La película está narrada de manera funcional. Victor Heerman sabe cuál es su mandato tras la cámara: colocarla, mantener a los personajes dentro de cuadro y dejar que los hermanos atormenten con sus locuras al resto del reparto, que incluye al australiano Robert Greig como Hives, el mayordomo, arquetipo en el que se especializaría y que le proporcionaría una curiosa carrera en Hollywood (casi dos docenas de participaciones en películas de todo tipo dando vida a mayordomos, criados y ayudas de cámara, y otros tantos interpretando papeles de cierto empaque estirado: magistrados, jueces, diplomáticos, caballeros…). De modo que Heerman no se permite ninguna expansión personal, se limita a filmar al dictado de los hermanos.

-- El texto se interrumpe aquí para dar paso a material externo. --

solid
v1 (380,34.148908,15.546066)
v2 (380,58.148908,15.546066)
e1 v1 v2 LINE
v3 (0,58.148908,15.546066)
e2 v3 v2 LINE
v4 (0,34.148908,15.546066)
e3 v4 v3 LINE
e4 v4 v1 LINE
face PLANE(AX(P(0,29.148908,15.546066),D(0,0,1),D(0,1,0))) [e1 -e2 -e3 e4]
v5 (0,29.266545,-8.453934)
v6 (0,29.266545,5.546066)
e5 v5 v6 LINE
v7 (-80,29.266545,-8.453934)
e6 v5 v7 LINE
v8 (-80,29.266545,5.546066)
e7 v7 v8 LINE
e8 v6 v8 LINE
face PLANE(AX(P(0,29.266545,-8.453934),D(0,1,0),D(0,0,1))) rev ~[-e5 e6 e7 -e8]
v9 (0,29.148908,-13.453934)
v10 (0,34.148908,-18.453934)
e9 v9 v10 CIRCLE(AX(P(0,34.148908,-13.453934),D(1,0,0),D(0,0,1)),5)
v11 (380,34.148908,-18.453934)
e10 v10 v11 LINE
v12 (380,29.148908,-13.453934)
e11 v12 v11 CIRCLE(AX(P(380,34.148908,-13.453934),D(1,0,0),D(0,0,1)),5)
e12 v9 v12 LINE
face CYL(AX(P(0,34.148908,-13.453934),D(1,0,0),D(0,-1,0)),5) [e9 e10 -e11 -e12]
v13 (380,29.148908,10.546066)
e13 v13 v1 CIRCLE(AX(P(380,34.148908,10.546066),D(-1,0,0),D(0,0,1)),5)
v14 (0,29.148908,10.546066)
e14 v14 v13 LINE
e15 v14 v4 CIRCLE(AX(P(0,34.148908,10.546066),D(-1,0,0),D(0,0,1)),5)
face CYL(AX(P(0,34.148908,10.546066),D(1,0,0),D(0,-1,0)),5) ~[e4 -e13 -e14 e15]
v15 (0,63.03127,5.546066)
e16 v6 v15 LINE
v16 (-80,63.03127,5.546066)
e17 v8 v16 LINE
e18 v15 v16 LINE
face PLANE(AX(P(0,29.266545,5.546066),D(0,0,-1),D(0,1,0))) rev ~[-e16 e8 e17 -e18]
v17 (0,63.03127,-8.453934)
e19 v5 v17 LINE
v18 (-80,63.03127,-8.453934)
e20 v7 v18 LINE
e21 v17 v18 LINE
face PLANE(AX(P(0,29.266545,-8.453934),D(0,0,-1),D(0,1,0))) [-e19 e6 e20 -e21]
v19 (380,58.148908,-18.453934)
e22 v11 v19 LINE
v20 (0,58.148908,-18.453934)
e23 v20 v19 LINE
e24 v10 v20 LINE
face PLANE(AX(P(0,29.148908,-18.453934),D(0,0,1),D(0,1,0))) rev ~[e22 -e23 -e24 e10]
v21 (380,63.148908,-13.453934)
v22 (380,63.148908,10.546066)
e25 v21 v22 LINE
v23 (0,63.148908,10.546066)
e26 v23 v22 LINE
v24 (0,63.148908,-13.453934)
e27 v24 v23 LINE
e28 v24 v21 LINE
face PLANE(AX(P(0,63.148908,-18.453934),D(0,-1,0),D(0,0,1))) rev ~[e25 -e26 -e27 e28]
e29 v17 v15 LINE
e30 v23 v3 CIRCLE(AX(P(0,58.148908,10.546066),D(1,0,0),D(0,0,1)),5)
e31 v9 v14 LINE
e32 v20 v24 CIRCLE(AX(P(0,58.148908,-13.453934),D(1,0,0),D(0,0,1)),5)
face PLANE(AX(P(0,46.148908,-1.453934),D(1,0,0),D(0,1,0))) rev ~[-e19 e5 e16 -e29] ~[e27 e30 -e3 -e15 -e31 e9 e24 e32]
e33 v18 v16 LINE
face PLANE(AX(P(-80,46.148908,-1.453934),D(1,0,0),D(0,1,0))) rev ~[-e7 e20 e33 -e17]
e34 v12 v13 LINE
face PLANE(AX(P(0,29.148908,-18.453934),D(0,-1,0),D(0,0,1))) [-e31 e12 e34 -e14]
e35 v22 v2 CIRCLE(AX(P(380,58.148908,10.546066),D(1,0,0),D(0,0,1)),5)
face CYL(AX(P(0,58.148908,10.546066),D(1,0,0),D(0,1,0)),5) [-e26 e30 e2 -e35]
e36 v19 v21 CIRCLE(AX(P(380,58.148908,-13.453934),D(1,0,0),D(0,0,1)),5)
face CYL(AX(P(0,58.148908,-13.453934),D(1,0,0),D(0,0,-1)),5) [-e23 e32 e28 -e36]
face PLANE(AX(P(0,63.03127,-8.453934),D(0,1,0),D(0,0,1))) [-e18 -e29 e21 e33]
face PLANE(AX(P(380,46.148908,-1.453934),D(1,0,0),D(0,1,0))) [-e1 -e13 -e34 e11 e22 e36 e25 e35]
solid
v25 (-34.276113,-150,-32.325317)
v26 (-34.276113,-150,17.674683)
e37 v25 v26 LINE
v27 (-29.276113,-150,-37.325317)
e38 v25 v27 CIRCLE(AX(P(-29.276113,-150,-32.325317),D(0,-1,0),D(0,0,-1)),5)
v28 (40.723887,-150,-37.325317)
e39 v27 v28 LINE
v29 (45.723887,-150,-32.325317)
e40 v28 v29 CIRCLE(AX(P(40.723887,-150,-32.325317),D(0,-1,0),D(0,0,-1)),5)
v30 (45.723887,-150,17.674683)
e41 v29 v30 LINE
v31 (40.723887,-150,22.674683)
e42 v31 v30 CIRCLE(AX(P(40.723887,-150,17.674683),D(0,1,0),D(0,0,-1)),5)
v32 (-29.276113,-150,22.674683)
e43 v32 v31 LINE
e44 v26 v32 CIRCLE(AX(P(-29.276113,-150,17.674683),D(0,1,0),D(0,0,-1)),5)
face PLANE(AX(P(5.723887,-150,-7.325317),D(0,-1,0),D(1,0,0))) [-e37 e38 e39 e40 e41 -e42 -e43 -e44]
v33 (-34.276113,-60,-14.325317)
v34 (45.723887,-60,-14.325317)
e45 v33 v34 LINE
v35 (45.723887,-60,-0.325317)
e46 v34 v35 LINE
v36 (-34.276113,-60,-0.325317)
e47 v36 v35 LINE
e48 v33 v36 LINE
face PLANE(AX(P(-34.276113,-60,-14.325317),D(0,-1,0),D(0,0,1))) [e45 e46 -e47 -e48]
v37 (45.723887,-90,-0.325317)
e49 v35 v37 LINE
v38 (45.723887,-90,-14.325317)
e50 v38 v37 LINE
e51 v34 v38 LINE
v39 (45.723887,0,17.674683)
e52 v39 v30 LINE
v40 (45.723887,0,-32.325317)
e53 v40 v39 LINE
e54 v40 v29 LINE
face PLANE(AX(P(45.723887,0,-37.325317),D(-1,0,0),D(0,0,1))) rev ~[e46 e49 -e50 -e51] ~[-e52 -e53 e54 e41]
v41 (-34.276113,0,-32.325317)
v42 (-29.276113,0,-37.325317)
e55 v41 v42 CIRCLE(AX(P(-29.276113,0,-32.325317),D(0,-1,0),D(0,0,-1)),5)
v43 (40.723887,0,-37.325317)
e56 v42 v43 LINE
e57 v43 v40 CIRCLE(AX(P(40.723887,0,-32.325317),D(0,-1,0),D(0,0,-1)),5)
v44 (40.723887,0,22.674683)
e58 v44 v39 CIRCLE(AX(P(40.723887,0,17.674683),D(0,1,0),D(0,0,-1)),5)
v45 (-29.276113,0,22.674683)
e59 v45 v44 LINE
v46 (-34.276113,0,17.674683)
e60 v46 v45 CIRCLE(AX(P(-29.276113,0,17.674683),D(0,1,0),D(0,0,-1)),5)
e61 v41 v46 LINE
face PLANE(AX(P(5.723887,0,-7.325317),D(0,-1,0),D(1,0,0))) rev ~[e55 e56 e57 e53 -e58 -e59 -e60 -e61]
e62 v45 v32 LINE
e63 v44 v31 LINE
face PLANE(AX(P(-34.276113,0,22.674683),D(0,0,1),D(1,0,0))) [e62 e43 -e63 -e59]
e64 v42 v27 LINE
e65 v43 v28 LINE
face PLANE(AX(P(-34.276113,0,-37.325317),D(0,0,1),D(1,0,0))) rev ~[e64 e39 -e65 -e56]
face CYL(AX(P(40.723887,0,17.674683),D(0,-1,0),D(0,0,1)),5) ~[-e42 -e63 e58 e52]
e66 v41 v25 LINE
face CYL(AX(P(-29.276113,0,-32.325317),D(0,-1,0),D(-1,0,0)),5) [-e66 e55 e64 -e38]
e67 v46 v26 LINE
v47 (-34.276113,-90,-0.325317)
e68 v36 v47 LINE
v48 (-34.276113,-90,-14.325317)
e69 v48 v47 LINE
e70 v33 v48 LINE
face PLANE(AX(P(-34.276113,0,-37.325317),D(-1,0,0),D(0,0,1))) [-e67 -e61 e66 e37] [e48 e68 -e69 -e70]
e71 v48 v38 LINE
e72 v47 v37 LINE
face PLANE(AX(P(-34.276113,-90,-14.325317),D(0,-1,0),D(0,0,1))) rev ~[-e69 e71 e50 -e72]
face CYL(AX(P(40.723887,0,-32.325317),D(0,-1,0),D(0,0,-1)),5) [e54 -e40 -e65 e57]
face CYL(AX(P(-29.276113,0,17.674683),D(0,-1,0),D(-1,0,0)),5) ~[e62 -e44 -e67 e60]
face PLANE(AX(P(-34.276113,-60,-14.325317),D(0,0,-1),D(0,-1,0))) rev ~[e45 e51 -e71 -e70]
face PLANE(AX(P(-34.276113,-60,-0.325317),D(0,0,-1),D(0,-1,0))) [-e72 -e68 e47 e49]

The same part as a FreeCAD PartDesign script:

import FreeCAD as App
import Part
import Sketcher

V = App.Vector


def edges_at(feature, points):
    """Names of the edges that pass closest to the given points."""
    edges = feature.Shape.Edges
    near = lambda p: min(range(len(edges)), key=lambda i: edges[i].distToShape(Part.Vertex(*p))[0])
    return sorted({f"Edge{near(p) + 1}" for p in points})

doc = App.newDocument("Part")
body = doc.addObject("PartDesign::Body", "Body")

# Sketch on XZ plane
sketch1 = body.newObject("Sketcher::SketchObject", "Sketch")
sketch1.AttachmentSupport = (doc.getObject("XZ_Plane"), [""])
sketch1.MapMode = "FlatFace"
sketch1.addGeometry([
    Part.LineSegment(V(-34, 23, 0), V(-34, -37, 0)),
    Part.LineSegment(V(-34, -37, 0), V(46, -37, 0)),
    Part.LineSegment(V(46, -37, 0), V(46, 23, 0)),
    Part.LineSegment(V(46, 23, 0), V(-34, 23, 0)),
], False)
sketch1.addConstraint([
    Sketcher.Constraint("Coincident", 0, 2, 1, 1),
    Sketcher.Constraint("Coincident", 1, 2, 2, 1),
    Sketcher.Constraint("Coincident", 2, 2, 3, 1),
    Sketcher.Constraint("Coincident", 3, 2, 0, 1),
    Sketcher.Constraint("Vertical", 0),
    Sketcher.Constraint("Horizontal", 1),
    Sketcher.Constraint("Vertical", 2),
    Sketcher.Constraint("Horizontal", 3),
    Sketcher.Constraint("DistanceX", 1, 1, 1, 2, 80.0),
    Sketcher.Constraint("DistanceY", 0, 2, 0, 1, 60.0),
    Sketcher.Constraint("DistanceX", 0, 2, -1, 1, 34.276113),
    Sketcher.Constraint("DistanceY", 0, 2, -1, 1, 37.325317),
])
pad1 = body.newObject("PartDesign::Pad", "Pad")
pad1.Profile = sketch1
pad1.Length = 150

# Sketch on YZ plane
sketch2 = body.newObject("Sketcher::SketchObject", "Sketch001")
sketch2.AttachmentSupport = (doc.getObject("YZ_Plane"), [""])
sketch2.MapMode = "FlatFace"
sketch2.AttachmentOffset = App.Placement(V(0, 0, -34.276113), App.Rotation())
sketch2.addGeometry([
    Part.LineSegment(V(-60, 0, 0), V(-60, -14, 0)),
    Part.LineSegment(V(-60, -14, 0), V(-90, -14, 0)),
    Part.LineSegment(V(-90, -14, 0), V(-90, 0, 0)),
    Part.LineSegment(V(-90, 0, 0), V(-60, 0, 0)),
], False)
sketch2.addConstraint([
    Sketcher.Constraint("Coincident", 0, 2, 1, 1),
    Sketcher.Constraint("Coincident", 1, 2, 2, 1),
    Sketcher.Constraint("Coincident", 2, 2, 3, 1),
    Sketcher.Constraint("Coincident", 3, 2, 0, 1),
    Sketcher.Constraint("Vertical", 0),
    Sketcher.Constraint("Horizontal", 1),
    Sketcher.Constraint("Vertical", 2),
    Sketcher.Constraint("Horizontal", 3),
    Sketcher.Constraint("DistanceX", 1, 2, 1, 1, 30.0),
    Sketcher.Constraint("DistanceY", 0, 2, 0, 1, 14.0),
    Sketcher.Constraint("DistanceX", 0, 2, -1, 1, 60.0),
    Sketcher.Constraint("DistanceY", 0, 2, -1, 1, 14.325317),
])
pocket1 = body.newObject("PartDesign::Pocket", "Pocket")
pocket1.Profile = sketch2
pocket1.Type = "ThroughAll"
pocket1.Reversed = True
doc.recompute()

fillet = body.newObject("PartDesign::Fillet", "Fillet")
fillet.Base = (pocket1, edges_at(pocket1, [
    (45.724, -75, -37.325),
    (-34.276, -75, -37.325),
    (-34.276, -75, 22.675),
    (45.724, -75, 22.675),
]))
fillet.Radius = 5
body2 = doc.addObject("PartDesign::Body", "Body001")

# Sketch on YZ plane
sketch3 = body2.newObject("Sketcher::SketchObject", "Sketch002")
sketch3.AttachmentSupport = (doc.getObject("YZ_Plane001"), [""])
sketch3.MapMode = "FlatFace"
sketch3.addGeometry([
    Part.LineSegment(V(29, 16, 0), V(29, -18, 0)),
    Part.LineSegment(V(29, -18, 0), V(63, -18, 0)),
    Part.LineSegment(V(63, -18, 0), V(63, 16, 0)),
    Part.LineSegment(V(63, 16, 0), V(29, 16, 0)),
], False)
sketch3.addConstraint([
    Sketcher.Constraint("Coincident", 0, 2, 1, 1),
    Sketcher.Constraint("Coincident", 1, 2, 2, 1),
    Sketcher.Constraint("Coincident", 2, 2, 3, 1),
    Sketcher.Constraint("Coincident", 3, 2, 0, 1),
    Sketcher.Constraint("Vertical", 0),
    Sketcher.Constraint("Horizontal", 1),
    Sketcher.Constraint("Vertical", 2),
    Sketcher.Constraint("Horizontal", 3),
    Sketcher.Constraint("Equal", 3, 0),
    Sketcher.Constraint("DistanceX", 1, 1, 1, 2, 34.0),
    Sketcher.Constraint("DistanceX", -1, 1, 0, 2, 29.148908),
    Sketcher.Constraint("DistanceY", 0, 2, -1, 1, 18.453934),
])
pad2 = body2.newObject("PartDesign::Pad", "Pad001")
pad2.Profile = sketch3
pad2.Length = 380
doc.recompute()

fillet2 = body2.newObject("PartDesign::Fillet", "Fillet001")
fillet2.Base = (pad2, edges_at(pad2, [
    (190, 63.149, 15.546),
    (190, 29.149, 15.546),
    (190, 29.149, -18.454),
    (190, 63.149, -18.454),
]))
fillet2.Radius = 5

# Sketch on YZ plane
sketch4 = body2.newObject("Sketcher::SketchObject", "Sketch003")
sketch4.AttachmentSupport = (doc.getObject("YZ_Plane001"), [""])
sketch4.MapMode = "FlatFace"
sketch4.addGeometry([
    Part.LineSegment(V(29, 6, 0), V(29, -8, 0)),
    Part.LineSegment(V(29, -8, 0), V(63, -8, 0)),
    Part.LineSegment(V(63, -8, 0), V(63, 6, 0)),
    Part.LineSegment(V(63, 6, 0), V(29, 6, 0)),
], False)
sketch4.addConstraint([
    Sketcher.Constraint("Coincident", 0, 2, 1, 1),
    Sketcher.Constraint("Coincident", 1, 2, 2, 1),
    Sketcher.Constraint("Coincident", 2, 2, 3, 1),
    Sketcher.Constraint("Coincident", 3, 2, 0, 1),
    Sketcher.Constraint("Vertical", 0),
    Sketcher.Constraint("Horizontal", 1),
    Sketcher.Constraint("Vertical", 2),
    Sketcher.Constraint("Horizontal", 3),
    Sketcher.Constraint("DistanceY", 0, 2, 0, 1, 14.0),
    Sketcher.Constraint("DistanceX", 1, 1, 1, 2, 33.764725),
    Sketcher.Constraint("DistanceX", -1, 1, 1, 2, 63.03127),
    Sketcher.Constraint("DistanceY", 0, 2, -1, 1, 8.453934),
])
pad3 = body2.newObject("PartDesign::Pad", "Pad002")
pad3.Profile = sketch4
pad3.Length = 80
pad3.Reversed = True

doc.recompute()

La película sella además casi de manera definitiva la relación Groucho-Margaret Dumont, exportada del teatro, empleada ya en la primera película de los hermanos (Los cuatro cocos, 1929), y después repetida incluso tras el salto a MGM, ya que a Thalberg no se le escapaba el hecho de que, como décadas más tarde Groucho no se cansaba de repetir, la Dumont era la hermana Marx, una más de la familia, su concurso hacía crecer las películas hasta el punto de que las más celebradas son aquellas que cuentan con su participación. Aquí llega a protagonizar un momento colosal, cuando Harpo le arrea varios puñetazos en el estómago: ¿qué película actual sería capaz de incluir una imagen semejante sin que el puritanismo reinante la acusara de mil maldades, sin que se entendiera ni contextualizara el registro humorístico empleado? La vigencia del cine de los hermanos Marx, y de esta película en particular, radica es que es irrepetible, es decir, eterno. Nunca volverá a poder hacerse nada parecido. Son únicos, es decir, inmortales.